## About this task
Repeat verbatim, and only, the lines of the data below, beginning at the line that contains "v13 (7,0,-6)" and stopping after the line that contains "v22 (7.248916,30.688394,0)".

*** Block opens ***

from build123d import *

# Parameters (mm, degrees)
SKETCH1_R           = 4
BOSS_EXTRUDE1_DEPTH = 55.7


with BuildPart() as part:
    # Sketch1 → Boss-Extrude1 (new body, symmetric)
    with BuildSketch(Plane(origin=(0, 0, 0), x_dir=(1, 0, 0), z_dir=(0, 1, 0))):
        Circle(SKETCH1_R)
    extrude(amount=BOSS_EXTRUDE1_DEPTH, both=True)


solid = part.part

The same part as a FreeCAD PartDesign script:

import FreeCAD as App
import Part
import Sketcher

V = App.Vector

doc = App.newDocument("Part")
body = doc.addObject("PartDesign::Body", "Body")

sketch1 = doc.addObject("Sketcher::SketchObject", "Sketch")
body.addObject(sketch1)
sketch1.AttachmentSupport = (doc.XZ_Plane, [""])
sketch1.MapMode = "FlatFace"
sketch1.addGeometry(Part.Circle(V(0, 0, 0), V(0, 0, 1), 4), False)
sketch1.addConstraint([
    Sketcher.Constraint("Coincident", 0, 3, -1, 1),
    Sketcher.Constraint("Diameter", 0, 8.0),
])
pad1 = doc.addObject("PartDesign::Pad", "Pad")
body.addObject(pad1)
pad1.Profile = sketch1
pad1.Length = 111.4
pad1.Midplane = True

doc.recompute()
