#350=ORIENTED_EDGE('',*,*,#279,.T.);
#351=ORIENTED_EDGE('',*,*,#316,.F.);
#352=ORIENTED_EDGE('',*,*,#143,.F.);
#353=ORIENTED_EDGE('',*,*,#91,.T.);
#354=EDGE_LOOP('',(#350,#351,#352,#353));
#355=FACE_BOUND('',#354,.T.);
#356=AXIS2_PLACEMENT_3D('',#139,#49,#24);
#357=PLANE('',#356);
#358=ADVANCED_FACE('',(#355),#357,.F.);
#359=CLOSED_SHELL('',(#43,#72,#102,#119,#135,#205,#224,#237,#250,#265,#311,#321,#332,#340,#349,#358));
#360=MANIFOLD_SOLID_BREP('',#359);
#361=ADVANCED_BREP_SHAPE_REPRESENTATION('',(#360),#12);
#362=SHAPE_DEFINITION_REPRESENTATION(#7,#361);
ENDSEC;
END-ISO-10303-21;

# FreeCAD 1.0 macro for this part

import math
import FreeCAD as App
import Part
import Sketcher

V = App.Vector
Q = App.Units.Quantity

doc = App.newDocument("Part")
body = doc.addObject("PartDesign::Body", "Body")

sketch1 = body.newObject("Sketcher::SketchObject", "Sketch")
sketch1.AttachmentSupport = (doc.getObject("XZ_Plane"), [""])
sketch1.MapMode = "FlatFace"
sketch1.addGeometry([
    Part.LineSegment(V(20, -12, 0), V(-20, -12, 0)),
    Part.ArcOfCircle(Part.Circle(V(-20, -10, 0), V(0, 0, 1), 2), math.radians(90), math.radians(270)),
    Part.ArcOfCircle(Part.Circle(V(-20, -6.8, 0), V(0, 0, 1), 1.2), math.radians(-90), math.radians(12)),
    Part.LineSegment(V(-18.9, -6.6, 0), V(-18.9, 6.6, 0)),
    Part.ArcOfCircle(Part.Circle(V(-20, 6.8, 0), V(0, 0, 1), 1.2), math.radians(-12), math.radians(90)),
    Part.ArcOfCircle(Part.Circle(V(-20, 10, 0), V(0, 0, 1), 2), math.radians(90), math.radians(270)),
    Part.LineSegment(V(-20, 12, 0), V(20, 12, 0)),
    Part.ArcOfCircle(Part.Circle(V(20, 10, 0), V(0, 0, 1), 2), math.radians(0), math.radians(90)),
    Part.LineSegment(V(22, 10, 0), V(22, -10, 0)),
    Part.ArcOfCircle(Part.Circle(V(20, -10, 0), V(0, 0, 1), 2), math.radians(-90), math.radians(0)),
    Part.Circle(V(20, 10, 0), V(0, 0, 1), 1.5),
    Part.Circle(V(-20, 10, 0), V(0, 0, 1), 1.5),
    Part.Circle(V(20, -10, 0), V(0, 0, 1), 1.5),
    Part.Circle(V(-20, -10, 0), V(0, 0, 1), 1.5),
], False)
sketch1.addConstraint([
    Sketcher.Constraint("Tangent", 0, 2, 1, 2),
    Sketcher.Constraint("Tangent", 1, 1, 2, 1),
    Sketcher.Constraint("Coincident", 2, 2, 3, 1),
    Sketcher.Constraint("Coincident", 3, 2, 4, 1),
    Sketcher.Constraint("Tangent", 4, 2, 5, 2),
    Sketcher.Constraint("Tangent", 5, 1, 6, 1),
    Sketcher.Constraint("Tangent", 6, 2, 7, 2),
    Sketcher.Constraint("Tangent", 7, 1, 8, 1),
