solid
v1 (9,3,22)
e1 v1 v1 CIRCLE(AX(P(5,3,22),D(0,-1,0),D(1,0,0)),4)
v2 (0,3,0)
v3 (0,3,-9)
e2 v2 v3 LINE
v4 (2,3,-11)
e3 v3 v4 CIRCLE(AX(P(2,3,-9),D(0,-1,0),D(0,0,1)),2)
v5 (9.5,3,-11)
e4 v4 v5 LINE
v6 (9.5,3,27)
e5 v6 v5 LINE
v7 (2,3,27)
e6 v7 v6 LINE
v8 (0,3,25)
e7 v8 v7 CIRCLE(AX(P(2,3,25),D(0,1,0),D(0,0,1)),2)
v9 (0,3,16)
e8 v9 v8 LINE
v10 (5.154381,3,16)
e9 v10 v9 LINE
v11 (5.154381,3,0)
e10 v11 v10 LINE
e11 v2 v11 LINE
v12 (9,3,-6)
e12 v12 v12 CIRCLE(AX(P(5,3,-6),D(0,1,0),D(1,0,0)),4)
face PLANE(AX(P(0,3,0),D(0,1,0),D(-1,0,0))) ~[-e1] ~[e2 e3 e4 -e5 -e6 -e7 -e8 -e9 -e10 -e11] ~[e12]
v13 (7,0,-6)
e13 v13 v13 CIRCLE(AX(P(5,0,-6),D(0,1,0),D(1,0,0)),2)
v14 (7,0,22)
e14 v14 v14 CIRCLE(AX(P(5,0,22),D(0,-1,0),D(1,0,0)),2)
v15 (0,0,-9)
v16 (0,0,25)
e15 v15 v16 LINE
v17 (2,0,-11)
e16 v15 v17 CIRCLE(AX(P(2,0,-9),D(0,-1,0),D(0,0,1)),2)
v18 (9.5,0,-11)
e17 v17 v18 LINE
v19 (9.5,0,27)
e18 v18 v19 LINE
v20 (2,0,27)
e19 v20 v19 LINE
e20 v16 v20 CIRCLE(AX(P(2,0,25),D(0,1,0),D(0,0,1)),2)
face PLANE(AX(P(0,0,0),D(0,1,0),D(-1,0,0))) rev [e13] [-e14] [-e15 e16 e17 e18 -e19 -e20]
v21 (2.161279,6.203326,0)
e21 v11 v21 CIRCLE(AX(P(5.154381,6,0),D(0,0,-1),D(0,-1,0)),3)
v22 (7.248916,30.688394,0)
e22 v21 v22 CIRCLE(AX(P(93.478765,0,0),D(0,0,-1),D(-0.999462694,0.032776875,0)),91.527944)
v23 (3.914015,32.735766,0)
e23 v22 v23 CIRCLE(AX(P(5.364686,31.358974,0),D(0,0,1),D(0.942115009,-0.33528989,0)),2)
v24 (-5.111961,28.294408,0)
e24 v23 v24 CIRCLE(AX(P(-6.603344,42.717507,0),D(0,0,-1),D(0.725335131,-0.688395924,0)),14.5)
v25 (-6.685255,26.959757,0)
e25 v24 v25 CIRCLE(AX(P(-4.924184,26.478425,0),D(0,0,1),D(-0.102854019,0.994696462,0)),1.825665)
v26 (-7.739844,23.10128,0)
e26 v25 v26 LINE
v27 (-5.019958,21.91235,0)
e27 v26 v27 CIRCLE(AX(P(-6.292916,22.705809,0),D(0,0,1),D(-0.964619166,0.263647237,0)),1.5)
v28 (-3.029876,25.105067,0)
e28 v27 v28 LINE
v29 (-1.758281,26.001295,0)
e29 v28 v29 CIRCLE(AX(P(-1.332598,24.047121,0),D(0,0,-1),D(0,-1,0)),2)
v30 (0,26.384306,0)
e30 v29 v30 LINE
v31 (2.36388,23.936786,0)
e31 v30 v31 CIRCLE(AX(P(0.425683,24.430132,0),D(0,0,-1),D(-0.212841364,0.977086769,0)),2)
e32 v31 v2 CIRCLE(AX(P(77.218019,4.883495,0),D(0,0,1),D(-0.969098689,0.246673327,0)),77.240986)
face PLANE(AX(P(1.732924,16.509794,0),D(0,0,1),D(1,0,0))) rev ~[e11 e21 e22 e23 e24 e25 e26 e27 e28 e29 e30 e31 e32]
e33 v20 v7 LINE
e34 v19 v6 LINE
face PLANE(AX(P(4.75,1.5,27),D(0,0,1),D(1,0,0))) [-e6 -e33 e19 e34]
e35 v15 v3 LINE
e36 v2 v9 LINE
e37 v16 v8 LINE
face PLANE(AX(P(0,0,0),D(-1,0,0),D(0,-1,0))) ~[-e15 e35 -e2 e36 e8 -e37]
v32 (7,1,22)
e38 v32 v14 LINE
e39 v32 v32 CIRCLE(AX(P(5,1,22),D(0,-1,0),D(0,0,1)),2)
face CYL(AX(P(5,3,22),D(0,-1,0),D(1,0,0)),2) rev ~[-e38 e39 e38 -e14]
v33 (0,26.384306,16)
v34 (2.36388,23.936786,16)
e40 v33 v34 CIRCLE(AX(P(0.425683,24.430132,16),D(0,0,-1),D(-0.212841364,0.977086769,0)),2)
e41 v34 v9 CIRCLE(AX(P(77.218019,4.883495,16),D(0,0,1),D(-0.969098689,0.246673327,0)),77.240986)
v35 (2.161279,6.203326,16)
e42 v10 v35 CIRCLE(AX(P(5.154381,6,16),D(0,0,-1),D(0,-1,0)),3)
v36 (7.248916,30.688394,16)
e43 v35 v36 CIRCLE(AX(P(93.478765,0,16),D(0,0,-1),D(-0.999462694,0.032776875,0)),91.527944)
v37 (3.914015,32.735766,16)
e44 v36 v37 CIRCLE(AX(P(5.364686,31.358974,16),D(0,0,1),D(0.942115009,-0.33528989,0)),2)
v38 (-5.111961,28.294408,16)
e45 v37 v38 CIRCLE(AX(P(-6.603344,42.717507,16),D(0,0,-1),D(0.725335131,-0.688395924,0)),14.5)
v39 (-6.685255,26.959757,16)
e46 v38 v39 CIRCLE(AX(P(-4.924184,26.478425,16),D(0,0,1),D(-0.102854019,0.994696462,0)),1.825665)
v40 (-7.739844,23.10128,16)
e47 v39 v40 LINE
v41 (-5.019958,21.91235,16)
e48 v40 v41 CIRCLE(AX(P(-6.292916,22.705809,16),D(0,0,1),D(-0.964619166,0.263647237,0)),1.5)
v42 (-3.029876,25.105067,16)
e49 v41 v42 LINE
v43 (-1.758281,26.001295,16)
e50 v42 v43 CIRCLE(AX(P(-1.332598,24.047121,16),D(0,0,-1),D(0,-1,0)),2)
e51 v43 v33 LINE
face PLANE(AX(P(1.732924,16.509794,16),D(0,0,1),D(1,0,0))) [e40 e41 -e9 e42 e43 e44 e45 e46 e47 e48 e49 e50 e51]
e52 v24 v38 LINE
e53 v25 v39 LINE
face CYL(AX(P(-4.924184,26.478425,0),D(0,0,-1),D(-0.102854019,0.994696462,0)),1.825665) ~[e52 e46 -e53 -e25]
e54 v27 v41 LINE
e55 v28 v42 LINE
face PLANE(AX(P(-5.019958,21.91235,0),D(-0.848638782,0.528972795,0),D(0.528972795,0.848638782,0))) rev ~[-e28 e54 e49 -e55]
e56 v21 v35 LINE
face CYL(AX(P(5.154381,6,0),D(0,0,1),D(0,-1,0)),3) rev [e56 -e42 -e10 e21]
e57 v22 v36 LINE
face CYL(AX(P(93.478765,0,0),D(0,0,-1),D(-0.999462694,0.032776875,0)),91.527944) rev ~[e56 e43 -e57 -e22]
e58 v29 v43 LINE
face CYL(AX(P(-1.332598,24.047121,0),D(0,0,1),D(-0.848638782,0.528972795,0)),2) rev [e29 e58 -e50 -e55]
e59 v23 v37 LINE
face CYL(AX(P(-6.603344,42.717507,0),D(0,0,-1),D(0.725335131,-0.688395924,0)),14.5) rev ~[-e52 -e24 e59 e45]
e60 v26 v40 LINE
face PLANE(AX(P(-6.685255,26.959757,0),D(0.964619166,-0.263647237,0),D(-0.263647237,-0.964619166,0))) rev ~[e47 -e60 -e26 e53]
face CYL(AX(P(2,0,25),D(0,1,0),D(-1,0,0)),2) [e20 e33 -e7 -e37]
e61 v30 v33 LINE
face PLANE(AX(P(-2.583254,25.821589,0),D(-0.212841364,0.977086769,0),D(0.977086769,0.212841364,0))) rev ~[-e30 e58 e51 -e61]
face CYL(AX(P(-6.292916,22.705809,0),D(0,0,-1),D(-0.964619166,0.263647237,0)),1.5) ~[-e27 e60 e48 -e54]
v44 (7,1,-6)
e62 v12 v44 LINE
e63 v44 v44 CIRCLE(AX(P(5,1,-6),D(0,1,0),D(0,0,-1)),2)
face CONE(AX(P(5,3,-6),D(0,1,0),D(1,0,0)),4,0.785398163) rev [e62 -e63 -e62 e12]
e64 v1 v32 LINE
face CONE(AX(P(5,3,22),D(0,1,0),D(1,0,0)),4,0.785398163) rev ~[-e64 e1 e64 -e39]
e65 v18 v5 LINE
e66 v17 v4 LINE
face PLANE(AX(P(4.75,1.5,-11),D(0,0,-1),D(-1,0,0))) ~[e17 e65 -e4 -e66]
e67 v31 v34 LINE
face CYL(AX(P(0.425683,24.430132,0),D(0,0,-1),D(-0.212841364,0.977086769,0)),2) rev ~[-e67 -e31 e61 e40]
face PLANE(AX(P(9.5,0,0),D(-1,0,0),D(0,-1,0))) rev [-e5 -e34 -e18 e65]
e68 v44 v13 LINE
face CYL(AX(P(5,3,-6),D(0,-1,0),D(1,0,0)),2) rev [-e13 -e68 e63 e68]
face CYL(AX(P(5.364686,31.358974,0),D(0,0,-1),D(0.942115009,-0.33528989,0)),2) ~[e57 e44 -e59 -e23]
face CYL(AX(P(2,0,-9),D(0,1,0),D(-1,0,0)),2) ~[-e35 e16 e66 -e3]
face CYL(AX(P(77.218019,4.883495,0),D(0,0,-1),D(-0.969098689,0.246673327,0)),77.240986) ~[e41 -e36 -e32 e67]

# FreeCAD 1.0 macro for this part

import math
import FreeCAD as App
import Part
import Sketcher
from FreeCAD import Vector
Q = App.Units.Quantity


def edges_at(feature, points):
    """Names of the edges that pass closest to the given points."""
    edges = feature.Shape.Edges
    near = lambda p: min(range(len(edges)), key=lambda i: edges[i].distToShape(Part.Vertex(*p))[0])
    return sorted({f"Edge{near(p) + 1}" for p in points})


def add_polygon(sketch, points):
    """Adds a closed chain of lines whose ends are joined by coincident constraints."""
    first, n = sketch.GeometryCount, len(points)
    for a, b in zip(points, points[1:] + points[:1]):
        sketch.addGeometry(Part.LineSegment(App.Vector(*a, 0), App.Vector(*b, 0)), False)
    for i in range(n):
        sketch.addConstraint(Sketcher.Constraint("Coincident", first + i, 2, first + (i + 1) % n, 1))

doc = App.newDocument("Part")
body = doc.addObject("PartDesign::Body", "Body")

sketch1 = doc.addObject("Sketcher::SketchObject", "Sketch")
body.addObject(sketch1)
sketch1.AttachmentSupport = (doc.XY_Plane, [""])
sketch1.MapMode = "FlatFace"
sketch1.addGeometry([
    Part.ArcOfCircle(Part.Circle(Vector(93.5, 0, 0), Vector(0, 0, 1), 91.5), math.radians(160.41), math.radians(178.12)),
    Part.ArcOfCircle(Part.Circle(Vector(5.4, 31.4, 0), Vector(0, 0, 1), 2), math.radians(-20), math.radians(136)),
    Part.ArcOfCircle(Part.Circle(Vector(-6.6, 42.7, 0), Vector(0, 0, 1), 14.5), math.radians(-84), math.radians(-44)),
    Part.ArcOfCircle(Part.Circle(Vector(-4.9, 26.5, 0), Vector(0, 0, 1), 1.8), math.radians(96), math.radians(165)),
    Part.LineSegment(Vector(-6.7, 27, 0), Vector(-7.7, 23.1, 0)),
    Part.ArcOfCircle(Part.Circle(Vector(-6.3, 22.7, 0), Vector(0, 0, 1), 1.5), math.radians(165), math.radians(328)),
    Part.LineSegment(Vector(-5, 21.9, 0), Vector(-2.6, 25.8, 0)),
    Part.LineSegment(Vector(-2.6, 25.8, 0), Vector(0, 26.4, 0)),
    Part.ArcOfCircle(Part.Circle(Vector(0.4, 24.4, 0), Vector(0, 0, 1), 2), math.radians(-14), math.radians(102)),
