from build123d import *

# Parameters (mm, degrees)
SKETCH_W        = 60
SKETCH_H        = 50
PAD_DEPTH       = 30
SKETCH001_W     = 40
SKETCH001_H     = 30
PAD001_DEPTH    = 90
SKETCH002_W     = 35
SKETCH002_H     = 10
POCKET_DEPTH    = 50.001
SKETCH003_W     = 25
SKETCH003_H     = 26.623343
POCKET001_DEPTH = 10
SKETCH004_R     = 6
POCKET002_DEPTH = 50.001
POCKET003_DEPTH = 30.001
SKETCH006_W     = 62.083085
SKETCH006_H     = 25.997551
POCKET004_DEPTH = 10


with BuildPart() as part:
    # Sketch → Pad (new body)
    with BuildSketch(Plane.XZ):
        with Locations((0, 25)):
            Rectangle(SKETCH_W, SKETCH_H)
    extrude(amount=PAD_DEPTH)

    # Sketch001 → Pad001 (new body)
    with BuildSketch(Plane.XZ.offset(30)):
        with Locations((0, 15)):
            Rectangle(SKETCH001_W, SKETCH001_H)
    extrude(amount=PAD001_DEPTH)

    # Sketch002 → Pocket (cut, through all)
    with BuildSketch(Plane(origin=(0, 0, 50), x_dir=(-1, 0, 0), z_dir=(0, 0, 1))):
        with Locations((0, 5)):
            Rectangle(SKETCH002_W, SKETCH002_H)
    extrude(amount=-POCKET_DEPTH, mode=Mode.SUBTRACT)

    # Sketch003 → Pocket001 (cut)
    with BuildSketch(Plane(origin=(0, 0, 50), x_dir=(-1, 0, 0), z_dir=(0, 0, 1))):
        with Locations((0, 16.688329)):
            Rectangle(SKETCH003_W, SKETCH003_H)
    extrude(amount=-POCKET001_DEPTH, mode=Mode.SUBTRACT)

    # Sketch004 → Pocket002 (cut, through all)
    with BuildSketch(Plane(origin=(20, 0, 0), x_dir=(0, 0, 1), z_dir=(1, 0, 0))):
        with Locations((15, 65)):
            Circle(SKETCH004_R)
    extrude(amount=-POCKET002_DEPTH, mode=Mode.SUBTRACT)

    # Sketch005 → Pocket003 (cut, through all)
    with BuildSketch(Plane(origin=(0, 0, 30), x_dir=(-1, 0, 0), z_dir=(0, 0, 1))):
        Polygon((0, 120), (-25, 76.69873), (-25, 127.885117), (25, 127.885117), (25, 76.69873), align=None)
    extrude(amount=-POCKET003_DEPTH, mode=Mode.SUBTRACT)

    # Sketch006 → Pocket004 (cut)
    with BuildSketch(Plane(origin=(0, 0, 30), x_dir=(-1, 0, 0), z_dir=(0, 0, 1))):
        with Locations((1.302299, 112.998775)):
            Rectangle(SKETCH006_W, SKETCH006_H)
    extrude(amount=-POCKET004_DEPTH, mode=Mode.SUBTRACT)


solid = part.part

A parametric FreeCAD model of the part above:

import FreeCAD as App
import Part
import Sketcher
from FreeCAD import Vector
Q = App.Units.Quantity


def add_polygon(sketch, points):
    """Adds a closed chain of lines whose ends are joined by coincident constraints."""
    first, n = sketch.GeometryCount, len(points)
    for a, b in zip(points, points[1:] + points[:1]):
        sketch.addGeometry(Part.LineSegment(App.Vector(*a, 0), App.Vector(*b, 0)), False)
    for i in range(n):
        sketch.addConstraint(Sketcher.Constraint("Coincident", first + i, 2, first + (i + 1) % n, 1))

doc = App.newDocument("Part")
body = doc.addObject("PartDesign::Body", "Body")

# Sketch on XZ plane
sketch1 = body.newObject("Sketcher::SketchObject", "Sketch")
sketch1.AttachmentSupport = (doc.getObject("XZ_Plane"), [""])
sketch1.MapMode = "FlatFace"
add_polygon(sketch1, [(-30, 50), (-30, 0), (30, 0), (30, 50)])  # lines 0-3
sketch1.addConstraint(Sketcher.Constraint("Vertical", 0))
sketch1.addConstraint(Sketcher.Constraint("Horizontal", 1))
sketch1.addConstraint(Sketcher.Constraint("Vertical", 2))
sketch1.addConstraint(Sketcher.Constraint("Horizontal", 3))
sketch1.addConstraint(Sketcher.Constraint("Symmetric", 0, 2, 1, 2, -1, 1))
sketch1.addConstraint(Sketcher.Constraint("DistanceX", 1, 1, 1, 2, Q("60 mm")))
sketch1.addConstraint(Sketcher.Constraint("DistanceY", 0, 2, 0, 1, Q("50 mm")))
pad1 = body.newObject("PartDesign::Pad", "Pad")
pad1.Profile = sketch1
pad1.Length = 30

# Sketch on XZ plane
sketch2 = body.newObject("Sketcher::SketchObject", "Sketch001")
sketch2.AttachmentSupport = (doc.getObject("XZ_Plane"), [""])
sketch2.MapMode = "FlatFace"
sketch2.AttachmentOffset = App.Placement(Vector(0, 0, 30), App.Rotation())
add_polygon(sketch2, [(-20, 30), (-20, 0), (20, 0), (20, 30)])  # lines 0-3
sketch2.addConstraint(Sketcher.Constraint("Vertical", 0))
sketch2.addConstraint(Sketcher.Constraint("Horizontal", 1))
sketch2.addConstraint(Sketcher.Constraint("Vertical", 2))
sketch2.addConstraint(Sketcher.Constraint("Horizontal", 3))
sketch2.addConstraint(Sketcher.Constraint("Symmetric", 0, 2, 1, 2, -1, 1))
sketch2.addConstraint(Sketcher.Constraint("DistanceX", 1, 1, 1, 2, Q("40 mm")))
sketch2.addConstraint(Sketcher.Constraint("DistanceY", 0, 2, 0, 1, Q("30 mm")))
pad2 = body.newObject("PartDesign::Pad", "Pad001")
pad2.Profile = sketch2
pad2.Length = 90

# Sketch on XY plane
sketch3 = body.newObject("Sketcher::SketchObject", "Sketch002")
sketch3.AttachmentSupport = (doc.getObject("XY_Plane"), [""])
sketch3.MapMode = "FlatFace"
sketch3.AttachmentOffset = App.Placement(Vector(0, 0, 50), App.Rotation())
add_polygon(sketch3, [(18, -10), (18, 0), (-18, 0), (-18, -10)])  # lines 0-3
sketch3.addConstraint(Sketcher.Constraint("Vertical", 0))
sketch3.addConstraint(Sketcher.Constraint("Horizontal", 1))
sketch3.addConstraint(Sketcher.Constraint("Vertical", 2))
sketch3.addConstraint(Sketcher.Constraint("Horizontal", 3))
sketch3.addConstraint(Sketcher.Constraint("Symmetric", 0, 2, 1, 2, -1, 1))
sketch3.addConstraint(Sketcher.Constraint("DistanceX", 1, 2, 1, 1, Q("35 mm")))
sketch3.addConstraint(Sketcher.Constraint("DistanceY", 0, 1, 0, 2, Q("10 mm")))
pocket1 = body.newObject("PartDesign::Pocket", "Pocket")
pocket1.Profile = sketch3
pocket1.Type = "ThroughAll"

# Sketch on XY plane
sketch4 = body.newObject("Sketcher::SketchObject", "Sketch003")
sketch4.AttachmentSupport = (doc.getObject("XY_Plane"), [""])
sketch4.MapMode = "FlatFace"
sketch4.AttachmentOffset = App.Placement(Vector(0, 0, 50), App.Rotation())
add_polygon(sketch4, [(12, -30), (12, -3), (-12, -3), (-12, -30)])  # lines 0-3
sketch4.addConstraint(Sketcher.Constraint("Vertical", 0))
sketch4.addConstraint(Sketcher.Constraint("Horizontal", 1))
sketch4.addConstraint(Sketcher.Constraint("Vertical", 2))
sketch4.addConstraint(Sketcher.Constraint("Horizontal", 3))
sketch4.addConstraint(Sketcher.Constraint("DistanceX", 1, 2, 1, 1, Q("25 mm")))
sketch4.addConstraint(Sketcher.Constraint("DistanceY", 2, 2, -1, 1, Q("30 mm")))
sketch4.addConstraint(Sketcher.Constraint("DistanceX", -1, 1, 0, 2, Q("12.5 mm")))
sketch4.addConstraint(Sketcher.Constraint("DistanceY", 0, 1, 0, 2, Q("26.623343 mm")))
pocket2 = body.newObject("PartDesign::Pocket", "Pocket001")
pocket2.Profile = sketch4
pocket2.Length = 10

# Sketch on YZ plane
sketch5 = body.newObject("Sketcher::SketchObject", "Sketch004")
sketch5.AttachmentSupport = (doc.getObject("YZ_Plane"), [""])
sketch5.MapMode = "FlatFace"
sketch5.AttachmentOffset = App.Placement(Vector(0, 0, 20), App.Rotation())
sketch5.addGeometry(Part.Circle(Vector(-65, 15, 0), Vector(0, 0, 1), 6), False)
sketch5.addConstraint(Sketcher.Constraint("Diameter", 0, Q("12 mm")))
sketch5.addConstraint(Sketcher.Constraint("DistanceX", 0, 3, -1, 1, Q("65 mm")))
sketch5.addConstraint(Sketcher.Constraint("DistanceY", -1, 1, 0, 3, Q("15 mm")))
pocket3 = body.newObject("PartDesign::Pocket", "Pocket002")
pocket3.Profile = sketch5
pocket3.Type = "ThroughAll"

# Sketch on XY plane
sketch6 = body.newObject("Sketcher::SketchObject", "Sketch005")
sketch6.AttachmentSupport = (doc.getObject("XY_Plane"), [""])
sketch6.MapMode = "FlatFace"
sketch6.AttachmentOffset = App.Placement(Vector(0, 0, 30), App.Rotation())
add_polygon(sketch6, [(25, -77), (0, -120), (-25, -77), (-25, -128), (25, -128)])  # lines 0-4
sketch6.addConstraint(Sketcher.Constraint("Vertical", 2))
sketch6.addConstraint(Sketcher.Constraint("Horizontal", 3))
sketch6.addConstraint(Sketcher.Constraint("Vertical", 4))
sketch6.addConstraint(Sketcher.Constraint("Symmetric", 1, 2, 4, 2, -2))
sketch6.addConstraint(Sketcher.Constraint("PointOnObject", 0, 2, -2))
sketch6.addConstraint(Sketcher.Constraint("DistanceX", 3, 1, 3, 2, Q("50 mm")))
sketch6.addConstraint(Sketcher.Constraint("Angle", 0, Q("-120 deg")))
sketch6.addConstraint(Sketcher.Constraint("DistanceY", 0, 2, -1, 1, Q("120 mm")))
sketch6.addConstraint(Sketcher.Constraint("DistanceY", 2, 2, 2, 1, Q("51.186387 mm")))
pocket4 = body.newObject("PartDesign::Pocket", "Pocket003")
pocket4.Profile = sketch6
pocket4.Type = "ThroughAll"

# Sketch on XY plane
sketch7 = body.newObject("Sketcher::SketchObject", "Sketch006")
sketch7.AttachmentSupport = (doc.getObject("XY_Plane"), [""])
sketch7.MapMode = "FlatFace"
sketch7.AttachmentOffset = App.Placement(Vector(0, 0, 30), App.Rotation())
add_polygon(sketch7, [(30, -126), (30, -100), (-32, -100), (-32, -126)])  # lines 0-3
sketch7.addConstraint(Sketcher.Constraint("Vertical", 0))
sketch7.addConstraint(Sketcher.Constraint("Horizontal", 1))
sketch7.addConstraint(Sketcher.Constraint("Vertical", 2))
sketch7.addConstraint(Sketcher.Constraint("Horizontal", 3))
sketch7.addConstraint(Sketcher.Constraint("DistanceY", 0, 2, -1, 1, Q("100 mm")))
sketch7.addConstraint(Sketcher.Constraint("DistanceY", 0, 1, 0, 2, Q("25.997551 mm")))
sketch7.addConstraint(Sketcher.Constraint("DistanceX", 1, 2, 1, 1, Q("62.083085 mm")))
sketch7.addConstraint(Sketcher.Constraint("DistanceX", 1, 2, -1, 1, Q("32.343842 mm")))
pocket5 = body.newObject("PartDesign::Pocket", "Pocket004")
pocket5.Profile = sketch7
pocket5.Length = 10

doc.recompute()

*** Block closes ***

## Written solution
v13 (7,0,-6)
e13 v13 v13 CIRCLE(AX(P(5,0,-6),D(0,1,0),D(1,0,0)),2)
v14 (7,0,22)
e14 v14 v14 CIRCLE(AX(P(5,0,22),D(0,-1,0),D(1,0,0)),2)
v15 (0,0,-9)
v16 (0,0,25)
e15 v15 v16 LINE
v17 (2,0,-11)
e16 v15 v17 CIRCLE(AX(P(2,0,-9),D(0,-1,0),D(0,0,1)),2)
v18 (9.5,0,-11)
e17 v17 v18 LINE
v19 (9.5,0,27)
e18 v18 v19 LINE
v20 (2,0,27)
e19 v20 v19 LINE
e20 v16 v20 CIRCLE(AX(P(2,0,25),D(0,1,0),D(0,0,1)),2)
face PLANE(AX(P(0,0,0),D(0,1,0),D(-1,0,0))) rev [e13] [-e14] [-e15 e16 e17 e18 -e19 -e20]
v21 (2.161279,6.203326,0)
e21 v11 v21 CIRCLE(AX(P(5.154381,6,0),D(0,0,-1),D(0,-1,0)),3)
v22 (7.248916,30.688394,0)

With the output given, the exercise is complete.